◆ Task statement ◆
Copy exactly, please, the lines of the data from its start through the line containing "v 8.569 10.354 4.405".

Stored data:
━━━━━━

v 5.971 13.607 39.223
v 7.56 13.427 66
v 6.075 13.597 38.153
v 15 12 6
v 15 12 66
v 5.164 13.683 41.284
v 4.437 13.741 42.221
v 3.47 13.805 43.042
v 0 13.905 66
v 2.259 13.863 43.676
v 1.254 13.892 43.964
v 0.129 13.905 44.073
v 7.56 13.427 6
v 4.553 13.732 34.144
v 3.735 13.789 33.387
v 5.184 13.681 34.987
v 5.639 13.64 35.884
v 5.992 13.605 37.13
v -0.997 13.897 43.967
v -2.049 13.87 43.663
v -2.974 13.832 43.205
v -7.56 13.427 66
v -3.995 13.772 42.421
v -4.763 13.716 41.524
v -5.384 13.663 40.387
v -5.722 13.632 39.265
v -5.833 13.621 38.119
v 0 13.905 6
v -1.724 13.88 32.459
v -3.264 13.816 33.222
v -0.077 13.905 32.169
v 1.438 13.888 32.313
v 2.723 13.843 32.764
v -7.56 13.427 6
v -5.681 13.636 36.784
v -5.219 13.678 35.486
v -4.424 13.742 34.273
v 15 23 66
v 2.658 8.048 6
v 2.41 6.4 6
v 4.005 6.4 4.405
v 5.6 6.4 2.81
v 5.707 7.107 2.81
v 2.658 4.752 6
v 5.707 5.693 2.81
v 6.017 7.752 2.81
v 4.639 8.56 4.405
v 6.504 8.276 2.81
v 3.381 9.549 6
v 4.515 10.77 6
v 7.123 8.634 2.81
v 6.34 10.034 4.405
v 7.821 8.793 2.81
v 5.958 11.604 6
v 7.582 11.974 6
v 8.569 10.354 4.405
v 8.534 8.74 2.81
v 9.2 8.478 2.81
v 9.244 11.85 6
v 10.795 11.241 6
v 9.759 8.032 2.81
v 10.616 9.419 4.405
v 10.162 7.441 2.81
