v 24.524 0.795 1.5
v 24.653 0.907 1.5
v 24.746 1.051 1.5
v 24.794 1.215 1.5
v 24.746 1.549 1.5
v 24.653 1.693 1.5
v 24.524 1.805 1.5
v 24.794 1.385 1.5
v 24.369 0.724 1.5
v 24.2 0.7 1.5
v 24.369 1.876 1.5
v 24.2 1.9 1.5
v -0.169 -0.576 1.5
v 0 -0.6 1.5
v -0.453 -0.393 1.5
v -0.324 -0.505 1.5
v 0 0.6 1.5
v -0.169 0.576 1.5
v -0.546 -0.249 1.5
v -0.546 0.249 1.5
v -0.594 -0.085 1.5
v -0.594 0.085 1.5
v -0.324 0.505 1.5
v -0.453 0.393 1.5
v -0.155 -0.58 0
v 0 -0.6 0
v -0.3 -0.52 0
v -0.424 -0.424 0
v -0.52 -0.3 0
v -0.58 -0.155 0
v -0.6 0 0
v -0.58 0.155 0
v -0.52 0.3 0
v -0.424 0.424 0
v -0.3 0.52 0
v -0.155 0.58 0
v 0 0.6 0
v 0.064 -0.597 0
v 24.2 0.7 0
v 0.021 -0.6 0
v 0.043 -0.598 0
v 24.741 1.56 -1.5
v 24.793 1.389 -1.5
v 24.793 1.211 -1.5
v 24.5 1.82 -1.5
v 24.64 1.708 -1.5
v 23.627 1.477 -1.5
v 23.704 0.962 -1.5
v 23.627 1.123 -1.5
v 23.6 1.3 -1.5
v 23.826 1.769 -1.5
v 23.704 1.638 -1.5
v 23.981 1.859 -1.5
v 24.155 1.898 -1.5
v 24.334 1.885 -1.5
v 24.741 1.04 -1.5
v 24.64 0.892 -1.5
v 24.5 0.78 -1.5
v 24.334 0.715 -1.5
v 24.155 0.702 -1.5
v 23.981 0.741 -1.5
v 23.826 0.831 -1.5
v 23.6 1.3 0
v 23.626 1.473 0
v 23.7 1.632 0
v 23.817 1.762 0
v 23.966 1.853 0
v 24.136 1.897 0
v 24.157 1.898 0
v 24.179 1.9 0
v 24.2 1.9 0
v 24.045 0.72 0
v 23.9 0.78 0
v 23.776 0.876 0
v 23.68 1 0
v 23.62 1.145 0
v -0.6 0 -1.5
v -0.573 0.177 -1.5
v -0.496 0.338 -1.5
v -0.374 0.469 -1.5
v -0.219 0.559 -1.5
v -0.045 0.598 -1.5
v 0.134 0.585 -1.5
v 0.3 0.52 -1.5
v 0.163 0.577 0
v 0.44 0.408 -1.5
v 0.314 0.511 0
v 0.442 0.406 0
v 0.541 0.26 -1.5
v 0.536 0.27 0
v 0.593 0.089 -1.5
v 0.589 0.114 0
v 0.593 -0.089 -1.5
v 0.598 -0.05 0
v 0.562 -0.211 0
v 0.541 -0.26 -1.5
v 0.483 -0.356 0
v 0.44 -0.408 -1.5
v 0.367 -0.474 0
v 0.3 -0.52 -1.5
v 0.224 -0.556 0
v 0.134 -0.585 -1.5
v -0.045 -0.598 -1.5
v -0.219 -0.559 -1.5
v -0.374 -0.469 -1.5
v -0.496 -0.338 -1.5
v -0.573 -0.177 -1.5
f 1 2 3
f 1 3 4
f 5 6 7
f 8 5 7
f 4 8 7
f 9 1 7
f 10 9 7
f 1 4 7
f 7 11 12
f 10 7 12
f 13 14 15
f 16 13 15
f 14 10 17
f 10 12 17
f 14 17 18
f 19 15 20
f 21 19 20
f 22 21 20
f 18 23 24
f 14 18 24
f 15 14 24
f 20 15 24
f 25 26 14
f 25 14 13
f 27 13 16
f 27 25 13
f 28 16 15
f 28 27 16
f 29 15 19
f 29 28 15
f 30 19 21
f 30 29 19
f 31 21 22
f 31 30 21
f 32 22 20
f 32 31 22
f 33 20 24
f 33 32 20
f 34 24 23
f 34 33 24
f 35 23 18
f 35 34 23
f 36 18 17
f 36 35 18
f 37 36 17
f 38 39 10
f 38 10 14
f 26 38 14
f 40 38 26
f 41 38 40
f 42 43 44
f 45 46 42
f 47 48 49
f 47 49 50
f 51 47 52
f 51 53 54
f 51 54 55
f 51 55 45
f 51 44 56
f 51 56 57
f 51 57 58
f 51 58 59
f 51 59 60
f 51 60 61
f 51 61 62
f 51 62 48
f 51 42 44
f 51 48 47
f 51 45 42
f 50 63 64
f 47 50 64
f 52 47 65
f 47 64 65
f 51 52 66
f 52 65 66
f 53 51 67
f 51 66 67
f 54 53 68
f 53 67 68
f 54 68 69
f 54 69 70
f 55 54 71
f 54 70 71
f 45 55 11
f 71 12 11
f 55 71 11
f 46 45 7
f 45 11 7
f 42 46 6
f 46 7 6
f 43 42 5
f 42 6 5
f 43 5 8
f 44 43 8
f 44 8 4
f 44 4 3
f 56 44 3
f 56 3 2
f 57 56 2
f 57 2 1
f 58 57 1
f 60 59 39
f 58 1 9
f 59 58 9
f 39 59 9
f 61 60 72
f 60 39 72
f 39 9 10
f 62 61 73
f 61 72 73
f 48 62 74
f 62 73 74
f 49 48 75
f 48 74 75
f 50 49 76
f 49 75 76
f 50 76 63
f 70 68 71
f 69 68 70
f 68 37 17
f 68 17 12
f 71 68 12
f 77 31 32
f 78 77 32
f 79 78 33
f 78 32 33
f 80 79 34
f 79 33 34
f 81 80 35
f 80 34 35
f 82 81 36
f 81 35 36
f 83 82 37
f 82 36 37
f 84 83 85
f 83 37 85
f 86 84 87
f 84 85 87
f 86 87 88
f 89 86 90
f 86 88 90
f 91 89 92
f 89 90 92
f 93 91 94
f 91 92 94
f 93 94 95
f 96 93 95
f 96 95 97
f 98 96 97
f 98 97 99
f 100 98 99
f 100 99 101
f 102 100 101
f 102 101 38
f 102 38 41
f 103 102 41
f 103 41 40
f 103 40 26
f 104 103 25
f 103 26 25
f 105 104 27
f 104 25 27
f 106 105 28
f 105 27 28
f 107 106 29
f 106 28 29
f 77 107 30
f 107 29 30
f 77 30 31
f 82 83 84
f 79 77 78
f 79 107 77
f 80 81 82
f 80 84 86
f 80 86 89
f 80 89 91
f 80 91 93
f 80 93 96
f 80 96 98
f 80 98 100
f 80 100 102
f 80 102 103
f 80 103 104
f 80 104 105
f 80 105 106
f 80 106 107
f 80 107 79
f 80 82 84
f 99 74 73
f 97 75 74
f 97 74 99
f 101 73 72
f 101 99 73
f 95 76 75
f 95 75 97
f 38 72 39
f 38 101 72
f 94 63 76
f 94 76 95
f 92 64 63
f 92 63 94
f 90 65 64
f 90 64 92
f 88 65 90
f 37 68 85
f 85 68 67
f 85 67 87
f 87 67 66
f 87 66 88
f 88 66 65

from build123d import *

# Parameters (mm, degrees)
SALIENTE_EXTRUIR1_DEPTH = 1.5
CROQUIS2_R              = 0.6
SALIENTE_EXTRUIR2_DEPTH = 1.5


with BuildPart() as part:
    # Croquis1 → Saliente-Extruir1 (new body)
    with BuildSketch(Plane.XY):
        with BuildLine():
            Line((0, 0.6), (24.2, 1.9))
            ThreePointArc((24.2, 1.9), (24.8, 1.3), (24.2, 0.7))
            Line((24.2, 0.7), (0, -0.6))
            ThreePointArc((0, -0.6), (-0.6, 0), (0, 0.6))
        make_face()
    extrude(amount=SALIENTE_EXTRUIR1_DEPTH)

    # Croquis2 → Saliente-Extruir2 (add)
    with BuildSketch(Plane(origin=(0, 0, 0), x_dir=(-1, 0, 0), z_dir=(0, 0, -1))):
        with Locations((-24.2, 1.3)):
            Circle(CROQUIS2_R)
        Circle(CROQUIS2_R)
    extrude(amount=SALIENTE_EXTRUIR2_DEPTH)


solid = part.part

━━━━━━

◆ Answer for the task ◆
v 5.971 13.607 39.223
v 7.56 13.427 66
v 6.075 13.597 38.153
v 15 12 6
v 15 12 66
v 5.164 13.683 41.284
v 4.437 13.741 42.221
v 3.47 13.805 43.042
v 0 13.905 66
v 2.259 13.863 43.676
v 1.254 13.892 43.964
v 0.129 13.905 44.073
v 7.56 13.427 6
v 4.553 13.732 34.144
v 3.735 13.789 33.387
v 5.184 13.681 34.987
v 5.639 13.64 35.884
v 5.992 13.605 37.13
v -0.997 13.897 43.967
v -2.049 13.87 43.663
v -2.974 13.832 43.205
v -7.56 13.427 66
v -3.995 13.772 42.421
v -4.763 13.716 41.524
v -5.384 13.663 40.387
v -5.722 13.632 39.265
v -5.833 13.621 38.119
v 0 13.905 6
v -1.724 13.88 32.459
v -3.264 13.816 33.222
v -0.077 13.905 32.169
v 1.438 13.888 32.313
v 2.723 13.843 32.764
v -7.56 13.427 6
v -5.681 13.636 36.784
v -5.219 13.678 35.486
v -4.424 13.742 34.273
v 15 23 66
v 2.658 8.048 6
v 2.41 6.4 6
v 4.005 6.4 4.405
v 5.6 6.4 2.81
v 5.707 7.107 2.81
v 2.658 4.752 6
v 5.707 5.693 2.81
v 6.017 7.752 2.81
v 4.639 8.56 4.405
v 6.504 8.276 2.81
v 3.381 9.549 6
v 4.515 10.77 6
v 7.123 8.634 2.81
v 6.34 10.034 4.405
v 7.821 8.793 2.81
v 5.958 11.604 6
v 7.582 11.974 6
v 8.569 10.354 4.405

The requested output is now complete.